They met for the first time to craft a plan to beautify and unify the city's downtown waterfront.
They were all there: Dennis Sexton, president of All Children's Hospital; Marty Normile, executive vice president of St. Petersburg Progress; Bill Griffith, manager of The Pier; Peter Betzer, chairman of the University of South Florida's Marine Science department. There were Lee Metzger, Steve Kurcan and Jan Norsoph with the city, Jopi Helsen and Hubert Caulfield, owners of marine businesses on Salt Creek, Capt. Roy Casto of the U.S. Coast Guard Station at Bayboro, Tom Wilson of Florida Progress.
What did these 55-or-so people at the Port Terminal meeting room Thursday have in common?
A vested interest in St. Petersburg's downtown waterfront. They're "stakeholders." Led by airport/port director Floyd Glisson, the group proved that something called an Intermodal Planning Committee can be lively and interesting.
"Intermodal" in this case refers to transportation, and the committee has been formed, Glisson said, to tie in air and water transportation at Albert Whitted Airport and the Port of St. Petersburg to the downtown area, through walkways and wheels, whether bus, trolley or other conveyance.
A $10,000 grant for a conceptual plan and a $50,000 grant to update a port master plan, both from the Department of Transportation, will be used in the endeavor.
Glisson emphasized that the committee will work closely with Bay Plaza and the city to make sure plans mesh with other downtown redevelopment efforts.
The group was full of ideas, both for the development of the waterfront area in general and the tie-in and enhancement of the area between the port and the heart of the city.
A shuttle was mentioned as most important to connect the port to downtown. Jan Norsoph of the city's Planning Department noted that there was not enough of a critical mass of people in the area to support running a shuttle.
The group assembled seemed dedicated to developing such a critical mass.
Hubert Caulfield, owner of Caulfield Marine, encouraged the group to look past the immediate port and airport area to include the colorful waterfront marine industry. "Many times, when we pull a boat out of the water, we'll draw a crowd of 10 or 12 people," he said. He referred to ports in other cities where restaurants capitalize on the view of such activities.
Glisson mentioned the fact that 54 percent of the people who fly into Whitted are going to the Salvador Dali Museum, and Dali representative Wayne Atherholt was very aware that a high percentage of the museum's 500,000 visitors were fly-ins. "They complain because they can't identify the museum from the air." A remedy for this, and better signage in general, was suggested.
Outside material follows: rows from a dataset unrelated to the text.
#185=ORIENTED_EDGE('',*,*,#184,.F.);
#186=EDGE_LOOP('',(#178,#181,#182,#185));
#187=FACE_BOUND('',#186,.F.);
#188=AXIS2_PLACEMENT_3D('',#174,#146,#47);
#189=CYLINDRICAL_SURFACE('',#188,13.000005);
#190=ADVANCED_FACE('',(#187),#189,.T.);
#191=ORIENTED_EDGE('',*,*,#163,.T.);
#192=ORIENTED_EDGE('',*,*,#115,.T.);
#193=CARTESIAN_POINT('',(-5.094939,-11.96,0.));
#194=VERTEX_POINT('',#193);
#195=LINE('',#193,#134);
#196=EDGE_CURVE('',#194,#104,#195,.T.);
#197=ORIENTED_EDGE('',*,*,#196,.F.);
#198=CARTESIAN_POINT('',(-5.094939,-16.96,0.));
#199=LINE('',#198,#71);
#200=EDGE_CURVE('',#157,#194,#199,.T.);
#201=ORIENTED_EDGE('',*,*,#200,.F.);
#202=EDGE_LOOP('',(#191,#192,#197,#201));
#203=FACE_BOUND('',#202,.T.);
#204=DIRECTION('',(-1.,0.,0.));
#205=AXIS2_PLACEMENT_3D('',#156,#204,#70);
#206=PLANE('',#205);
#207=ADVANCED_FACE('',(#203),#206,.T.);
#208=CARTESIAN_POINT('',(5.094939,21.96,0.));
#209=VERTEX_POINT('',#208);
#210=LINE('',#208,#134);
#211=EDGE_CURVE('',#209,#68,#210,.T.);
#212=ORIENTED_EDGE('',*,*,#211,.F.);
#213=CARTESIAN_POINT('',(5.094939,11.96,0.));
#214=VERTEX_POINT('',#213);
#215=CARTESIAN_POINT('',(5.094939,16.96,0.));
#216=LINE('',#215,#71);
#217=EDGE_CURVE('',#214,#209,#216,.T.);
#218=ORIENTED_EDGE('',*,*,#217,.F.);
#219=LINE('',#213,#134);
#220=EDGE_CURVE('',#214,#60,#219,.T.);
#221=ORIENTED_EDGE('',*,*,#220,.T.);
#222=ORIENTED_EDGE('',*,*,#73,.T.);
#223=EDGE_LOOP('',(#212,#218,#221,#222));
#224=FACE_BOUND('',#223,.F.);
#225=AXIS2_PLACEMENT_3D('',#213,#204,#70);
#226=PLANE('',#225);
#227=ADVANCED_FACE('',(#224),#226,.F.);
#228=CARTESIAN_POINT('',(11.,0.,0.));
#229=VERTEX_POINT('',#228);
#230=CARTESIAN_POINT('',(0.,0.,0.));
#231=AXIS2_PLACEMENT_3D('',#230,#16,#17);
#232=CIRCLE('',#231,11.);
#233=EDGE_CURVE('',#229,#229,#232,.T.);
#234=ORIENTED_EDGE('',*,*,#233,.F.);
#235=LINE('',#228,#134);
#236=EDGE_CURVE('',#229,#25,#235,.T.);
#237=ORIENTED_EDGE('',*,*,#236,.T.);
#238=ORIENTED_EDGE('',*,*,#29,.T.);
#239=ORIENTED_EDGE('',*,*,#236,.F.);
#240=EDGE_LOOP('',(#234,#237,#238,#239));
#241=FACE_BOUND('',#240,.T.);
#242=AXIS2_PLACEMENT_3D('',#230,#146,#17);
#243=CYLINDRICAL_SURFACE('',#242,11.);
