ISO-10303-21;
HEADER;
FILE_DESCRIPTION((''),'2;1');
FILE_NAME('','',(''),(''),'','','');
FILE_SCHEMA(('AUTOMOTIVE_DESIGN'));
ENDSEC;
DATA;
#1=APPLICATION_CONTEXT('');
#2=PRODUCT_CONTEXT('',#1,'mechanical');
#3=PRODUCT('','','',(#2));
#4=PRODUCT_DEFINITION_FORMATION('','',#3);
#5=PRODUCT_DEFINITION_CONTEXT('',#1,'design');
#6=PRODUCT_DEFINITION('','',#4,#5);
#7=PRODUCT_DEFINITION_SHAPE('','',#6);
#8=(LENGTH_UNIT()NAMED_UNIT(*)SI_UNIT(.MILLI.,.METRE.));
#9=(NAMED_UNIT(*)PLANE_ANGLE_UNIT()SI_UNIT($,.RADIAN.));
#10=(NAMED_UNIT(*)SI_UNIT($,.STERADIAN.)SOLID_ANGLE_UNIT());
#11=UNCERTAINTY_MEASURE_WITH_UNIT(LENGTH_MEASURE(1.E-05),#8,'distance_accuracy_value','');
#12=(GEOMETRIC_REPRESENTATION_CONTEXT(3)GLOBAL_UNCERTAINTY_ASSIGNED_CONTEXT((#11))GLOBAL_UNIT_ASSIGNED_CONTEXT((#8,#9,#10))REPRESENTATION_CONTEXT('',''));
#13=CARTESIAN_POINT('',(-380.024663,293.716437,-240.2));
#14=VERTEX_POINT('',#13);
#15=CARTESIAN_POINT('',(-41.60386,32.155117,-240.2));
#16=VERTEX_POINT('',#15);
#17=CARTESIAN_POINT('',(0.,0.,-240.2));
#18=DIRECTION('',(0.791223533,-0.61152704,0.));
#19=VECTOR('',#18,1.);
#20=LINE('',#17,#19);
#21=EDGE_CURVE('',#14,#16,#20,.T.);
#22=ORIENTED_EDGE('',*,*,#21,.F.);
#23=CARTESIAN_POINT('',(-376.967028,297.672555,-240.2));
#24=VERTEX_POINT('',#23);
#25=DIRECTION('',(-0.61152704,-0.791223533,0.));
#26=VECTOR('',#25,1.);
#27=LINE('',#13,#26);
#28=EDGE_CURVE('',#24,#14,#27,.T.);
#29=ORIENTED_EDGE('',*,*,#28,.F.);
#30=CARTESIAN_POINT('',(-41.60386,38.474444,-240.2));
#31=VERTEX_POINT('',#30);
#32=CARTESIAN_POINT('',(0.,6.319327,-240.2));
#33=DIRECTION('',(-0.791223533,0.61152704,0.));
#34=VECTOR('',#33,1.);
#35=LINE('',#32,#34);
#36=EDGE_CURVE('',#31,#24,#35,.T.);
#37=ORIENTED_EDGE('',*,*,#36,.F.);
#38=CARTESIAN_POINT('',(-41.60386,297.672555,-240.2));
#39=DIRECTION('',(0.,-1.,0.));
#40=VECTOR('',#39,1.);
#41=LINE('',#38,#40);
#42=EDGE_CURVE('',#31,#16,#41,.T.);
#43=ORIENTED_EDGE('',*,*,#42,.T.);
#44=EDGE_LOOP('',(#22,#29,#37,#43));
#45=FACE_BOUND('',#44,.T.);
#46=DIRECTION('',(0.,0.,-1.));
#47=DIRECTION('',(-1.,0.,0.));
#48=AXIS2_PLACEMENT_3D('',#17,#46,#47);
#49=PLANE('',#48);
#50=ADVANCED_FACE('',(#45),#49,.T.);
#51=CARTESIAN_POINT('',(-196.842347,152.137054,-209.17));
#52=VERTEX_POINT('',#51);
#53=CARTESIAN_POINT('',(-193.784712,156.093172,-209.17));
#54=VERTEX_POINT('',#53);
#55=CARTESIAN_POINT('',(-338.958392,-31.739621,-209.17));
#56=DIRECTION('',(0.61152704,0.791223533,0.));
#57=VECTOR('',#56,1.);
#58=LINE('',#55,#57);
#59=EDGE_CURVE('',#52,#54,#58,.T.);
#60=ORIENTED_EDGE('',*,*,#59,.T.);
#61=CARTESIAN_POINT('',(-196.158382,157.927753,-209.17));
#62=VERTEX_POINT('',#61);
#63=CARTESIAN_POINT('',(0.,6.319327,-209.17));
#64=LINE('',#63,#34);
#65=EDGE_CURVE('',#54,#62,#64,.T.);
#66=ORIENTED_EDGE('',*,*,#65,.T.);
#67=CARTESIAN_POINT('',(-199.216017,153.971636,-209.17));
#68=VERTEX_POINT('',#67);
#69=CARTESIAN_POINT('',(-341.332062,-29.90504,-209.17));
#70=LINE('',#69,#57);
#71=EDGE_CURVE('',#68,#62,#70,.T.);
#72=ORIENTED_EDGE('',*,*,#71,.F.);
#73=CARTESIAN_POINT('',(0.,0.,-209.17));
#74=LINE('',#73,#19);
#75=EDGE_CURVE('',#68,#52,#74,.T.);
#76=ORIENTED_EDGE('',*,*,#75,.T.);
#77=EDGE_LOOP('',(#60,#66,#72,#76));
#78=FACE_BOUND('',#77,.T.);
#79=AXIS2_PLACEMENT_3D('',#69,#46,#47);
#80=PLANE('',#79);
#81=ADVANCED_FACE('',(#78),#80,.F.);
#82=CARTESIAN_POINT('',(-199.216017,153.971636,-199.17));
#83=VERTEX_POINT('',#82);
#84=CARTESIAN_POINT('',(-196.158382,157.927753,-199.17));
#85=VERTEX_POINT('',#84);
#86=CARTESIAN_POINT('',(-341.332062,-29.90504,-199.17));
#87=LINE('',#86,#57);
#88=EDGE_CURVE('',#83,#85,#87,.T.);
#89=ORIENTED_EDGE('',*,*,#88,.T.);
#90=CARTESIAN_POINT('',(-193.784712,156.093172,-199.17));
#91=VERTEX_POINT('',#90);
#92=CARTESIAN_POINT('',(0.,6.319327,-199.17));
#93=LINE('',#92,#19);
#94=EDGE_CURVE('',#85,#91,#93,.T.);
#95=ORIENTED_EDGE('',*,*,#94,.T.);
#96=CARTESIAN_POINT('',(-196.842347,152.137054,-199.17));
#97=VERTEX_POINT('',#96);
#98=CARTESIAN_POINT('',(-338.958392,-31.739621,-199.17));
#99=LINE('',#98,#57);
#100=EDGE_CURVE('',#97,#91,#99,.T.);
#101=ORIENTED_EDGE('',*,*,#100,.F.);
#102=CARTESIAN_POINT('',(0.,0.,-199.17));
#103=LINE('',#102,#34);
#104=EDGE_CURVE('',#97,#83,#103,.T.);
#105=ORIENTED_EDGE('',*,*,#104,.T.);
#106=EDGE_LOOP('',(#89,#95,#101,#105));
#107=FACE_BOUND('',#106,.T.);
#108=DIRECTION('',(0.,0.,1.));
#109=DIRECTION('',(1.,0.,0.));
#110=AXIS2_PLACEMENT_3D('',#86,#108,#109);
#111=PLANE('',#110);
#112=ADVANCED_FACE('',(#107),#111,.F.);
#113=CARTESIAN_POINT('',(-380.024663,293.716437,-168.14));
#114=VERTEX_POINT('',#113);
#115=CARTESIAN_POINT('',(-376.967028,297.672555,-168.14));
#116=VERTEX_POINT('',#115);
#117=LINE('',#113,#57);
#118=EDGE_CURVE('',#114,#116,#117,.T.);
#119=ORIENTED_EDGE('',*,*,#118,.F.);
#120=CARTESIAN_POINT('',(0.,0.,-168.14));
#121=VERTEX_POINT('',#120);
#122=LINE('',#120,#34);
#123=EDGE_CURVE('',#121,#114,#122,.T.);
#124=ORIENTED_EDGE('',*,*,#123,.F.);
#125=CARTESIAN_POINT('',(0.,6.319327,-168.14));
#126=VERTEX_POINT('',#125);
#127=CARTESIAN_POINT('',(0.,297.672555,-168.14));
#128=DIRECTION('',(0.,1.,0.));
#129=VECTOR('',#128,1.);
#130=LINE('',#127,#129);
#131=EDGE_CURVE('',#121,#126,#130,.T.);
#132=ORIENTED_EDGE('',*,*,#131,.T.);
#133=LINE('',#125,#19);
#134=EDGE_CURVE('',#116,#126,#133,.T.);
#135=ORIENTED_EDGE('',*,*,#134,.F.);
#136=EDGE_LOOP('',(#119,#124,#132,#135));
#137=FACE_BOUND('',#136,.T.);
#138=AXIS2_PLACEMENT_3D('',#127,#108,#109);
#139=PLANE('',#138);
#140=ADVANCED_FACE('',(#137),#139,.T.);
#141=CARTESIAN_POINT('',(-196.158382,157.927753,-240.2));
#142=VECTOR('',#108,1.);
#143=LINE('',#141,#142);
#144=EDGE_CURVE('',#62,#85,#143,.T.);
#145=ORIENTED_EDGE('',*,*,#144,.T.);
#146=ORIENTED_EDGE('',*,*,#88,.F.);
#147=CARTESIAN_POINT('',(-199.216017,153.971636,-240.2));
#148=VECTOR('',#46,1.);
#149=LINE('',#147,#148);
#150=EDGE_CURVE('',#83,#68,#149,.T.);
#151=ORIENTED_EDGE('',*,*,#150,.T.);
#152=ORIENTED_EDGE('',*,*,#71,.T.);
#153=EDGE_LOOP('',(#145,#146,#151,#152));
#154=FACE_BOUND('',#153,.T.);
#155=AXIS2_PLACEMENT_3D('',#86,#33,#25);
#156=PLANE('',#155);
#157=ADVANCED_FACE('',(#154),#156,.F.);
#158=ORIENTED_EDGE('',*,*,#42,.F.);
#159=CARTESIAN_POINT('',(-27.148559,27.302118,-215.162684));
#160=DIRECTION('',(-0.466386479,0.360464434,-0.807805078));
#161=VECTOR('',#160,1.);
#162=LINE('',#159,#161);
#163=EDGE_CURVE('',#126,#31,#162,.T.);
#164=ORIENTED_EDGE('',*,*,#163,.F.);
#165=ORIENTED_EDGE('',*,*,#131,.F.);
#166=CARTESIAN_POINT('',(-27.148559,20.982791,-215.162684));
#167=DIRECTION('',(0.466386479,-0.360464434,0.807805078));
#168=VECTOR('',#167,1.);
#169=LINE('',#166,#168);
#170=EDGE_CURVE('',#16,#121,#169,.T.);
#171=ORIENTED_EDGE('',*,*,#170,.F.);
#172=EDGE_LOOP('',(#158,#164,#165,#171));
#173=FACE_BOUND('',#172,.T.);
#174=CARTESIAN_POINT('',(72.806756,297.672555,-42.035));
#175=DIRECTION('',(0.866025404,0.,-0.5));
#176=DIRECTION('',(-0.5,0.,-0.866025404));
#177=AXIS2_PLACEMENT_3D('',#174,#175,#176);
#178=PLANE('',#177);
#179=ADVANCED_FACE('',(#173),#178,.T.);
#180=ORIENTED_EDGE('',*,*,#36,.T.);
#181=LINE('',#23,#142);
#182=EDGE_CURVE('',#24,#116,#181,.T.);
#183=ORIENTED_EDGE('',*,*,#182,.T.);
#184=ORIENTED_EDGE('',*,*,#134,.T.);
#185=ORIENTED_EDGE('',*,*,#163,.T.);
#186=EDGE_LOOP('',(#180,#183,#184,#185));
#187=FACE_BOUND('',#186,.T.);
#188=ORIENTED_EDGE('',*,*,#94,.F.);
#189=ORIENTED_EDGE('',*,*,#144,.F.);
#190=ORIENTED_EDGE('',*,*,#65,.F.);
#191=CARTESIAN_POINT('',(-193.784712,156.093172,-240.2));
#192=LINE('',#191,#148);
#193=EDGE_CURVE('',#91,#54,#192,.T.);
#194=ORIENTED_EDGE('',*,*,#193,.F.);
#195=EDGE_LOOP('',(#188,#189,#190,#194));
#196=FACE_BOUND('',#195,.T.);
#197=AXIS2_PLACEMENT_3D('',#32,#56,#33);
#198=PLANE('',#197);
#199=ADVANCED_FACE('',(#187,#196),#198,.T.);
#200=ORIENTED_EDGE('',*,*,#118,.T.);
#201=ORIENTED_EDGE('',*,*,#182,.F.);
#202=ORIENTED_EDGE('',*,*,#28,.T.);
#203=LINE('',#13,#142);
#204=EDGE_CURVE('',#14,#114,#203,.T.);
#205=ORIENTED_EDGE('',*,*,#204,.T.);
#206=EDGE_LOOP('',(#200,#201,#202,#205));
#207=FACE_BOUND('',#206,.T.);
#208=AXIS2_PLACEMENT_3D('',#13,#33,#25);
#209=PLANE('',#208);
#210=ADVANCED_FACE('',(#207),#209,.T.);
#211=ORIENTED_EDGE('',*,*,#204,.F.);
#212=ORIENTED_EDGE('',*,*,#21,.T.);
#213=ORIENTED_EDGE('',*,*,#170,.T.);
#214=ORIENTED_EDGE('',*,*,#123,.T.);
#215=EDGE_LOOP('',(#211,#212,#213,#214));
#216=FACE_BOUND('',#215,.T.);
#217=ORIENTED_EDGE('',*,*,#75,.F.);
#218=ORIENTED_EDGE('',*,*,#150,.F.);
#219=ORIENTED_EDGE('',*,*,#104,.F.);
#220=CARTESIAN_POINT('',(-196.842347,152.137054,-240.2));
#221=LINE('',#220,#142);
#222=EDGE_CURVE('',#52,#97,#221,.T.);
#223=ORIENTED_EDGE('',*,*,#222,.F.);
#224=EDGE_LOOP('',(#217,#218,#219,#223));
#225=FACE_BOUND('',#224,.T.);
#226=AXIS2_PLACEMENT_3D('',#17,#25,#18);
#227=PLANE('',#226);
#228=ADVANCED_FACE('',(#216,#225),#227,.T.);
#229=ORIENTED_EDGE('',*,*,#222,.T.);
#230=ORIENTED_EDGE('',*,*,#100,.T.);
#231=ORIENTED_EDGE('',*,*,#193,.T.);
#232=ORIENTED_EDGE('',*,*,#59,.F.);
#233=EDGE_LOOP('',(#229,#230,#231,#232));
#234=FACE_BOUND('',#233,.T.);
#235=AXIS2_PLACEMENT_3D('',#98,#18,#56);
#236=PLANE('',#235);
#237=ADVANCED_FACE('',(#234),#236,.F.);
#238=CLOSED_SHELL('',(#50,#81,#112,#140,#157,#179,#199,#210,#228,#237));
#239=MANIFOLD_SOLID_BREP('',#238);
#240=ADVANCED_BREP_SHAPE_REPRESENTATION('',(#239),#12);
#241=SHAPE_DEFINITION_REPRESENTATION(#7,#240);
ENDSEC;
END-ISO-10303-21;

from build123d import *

# Parameters (mm, degrees)
BOSS_EXTRUDE1_DEPTH     = 240.2
CUT_EXTRUDE3_DEPTH      = 540.188032545
CUT_EXTRUDE3_DEPTH_BACK = 540.188032545
SKETCH2_OUTSIDE_W       = 932.224
SKETCH2_OUTSIDE_H       = 412.374
SKETCH2_OUTSIDE_W_2     = 760.049325768
SKETCH2_OUTSIDE_H_2     = 72.06
CUT_EXTRUDE4_DEPTH      = 540.188032545
CUT_EXTRUDE5_DEPTH      = 540.182188788
CUT_EXTRUDE5_DEPTH_BACK = 540.182188788
SKETCH4_W               = 3
SKETCH4_H               = 10


with BuildPart() as part:
    # Sketch1 → Boss-Extrude1 (new body)
    with BuildSketch(Plane.XY):
        Polygon((0, 0), (380.024662884, 293.716437401), (376.967027683, 297.672555066), (0, 6.319326703), (-376.967027683, 297.672555066), (-380.024662884, 293.716437401), align=None)
    extrude(amount=-BOSS_EXTRUDE1_DEPTH)

    # Sketch2 outside → Cut-Extrude3 (cut, two sides: drawn at the far end of the back side and taken through both)
    with BuildSketch(Plane(origin=(0, 0, 0), x_dir=(1, 0, 0), z_dir=(0, 1, 0)).offset(-CUT_EXTRUDE3_DEPTH_BACK)):
        with Locations((0, 120.1)):
            Rectangle(SKETCH2_OUTSIDE_W, SKETCH2_OUTSIDE_H)
        with Locations((0, 204.17)):
            Rectangle(SKETCH2_OUTSIDE_W_2, SKETCH2_OUTSIDE_H_2, mode=Mode.SUBTRACT)
    extrude(amount=CUT_EXTRUDE3_DEPTH + CUT_EXTRUDE3_DEPTH_BACK, mode=Mode.SUBTRACT)

    # Sketch3 → Cut-Extrude4 (cut, through all)
    with BuildSketch(Plane(origin=(0, 0, 0), x_dir=(1, 0, 0), z_dir=(0, 1, 0))):
        Polygon((41.603860398, 240.2), (0, 168.14), (380.024662884, 168.14), (380.024662884, 240.2), align=None)
        Polygon((41.603860398, 240.2), (-41.603860398, 240.2), (0, 168.14), align=None)
    extrude(amount=CUT_EXTRUDE4_DEPTH, mode=Mode.SUBTRACT)

    # Sketch4 → Cut-Extrude5 (cut, two sides: drawn at the far end of the back side and taken through both)
    with BuildSketch(Plane(origin=(3.057635201, 3.956117665, 0), x_dir=(0.7912235329674936, -0.6115270401858268, 0), z_dir=(0.6115270401858268, 0.7912235329674936, 0)).offset(-CUT_EXTRUDE5_DEPTH_BACK)):
        with Locations((-250.282219577, 204.17)):
            Rectangle(SKETCH4_W, SKETCH4_H)
    extrude(amount=CUT_EXTRUDE5_DEPTH + CUT_EXTRUDE5_DEPTH_BACK, mode=Mode.SUBTRACT)


solid = part.part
While a landscaped walkway from the port to downtown St. Petersburg is definitely in the works, an overall plan developed in 1986 and referred to by several people attending the meeting, embraces hospital buildings since erected and the campus of the University of South Florida. It includes a waterfront walkway from Coffee Pot Bayou at about 18th Avenue NE to the far end of Lassing Park at 22nd Avenue NE.
"If you're going to develop the port area," Frank Blandford of Tourtelot Brothers Realty, "make it look tropical. I look out here and, for gosh sakes, it looks like Tampa." He referred to buildings, fences and one or two oak trees.
Pier manager Bill Griffith inquired about the likelihood of dredging the channel in Tampa Bay deeper to allow bigger cruise ships in to St. Petersburg. Glisson has been in contact with the Corps of Engineers and is appealing its stand against dredging for recreational purposes, which would include cruise ships. Grounds for his appeal is that tourism is as much a business as any other industry.
Helsen, owner of Sailor's Wharf Inc. said, "The future in St. Petersburg is not cruise ships. It's mega-yachts." Helsen organized Sail St. Petersburg last year, has been negotiating with the American Sail Advancement Program and hopes to have a "major announcement" in mid-November for an expo in St. Petersburg that cold draw thousands and become an international attraction.
Tom Wilson of Florida Progress came to the group for suggestions. The company's Bayboro plant, the red brick behemoth at 13th Avenue and Second Street S, has long been empty.
"It'll cost us a half-million to tear it down and a million to fix it up," Wilson said. "We have from 23 to 28 acres there."
Glisson said the most important result of the meetings was "public awareness of surrounding stakeholders as to what we have planned, and the opening of dialogue as to the master planning process."
He met Friday morning with representatives of Post, Buckley, Schuh & Jernigan, port and airport engineers with headquarters in Tampa. The Florida Center for Community Design and Research at the University of South Florida will design the intermodal plan, financed by the $10,000 DOT grant.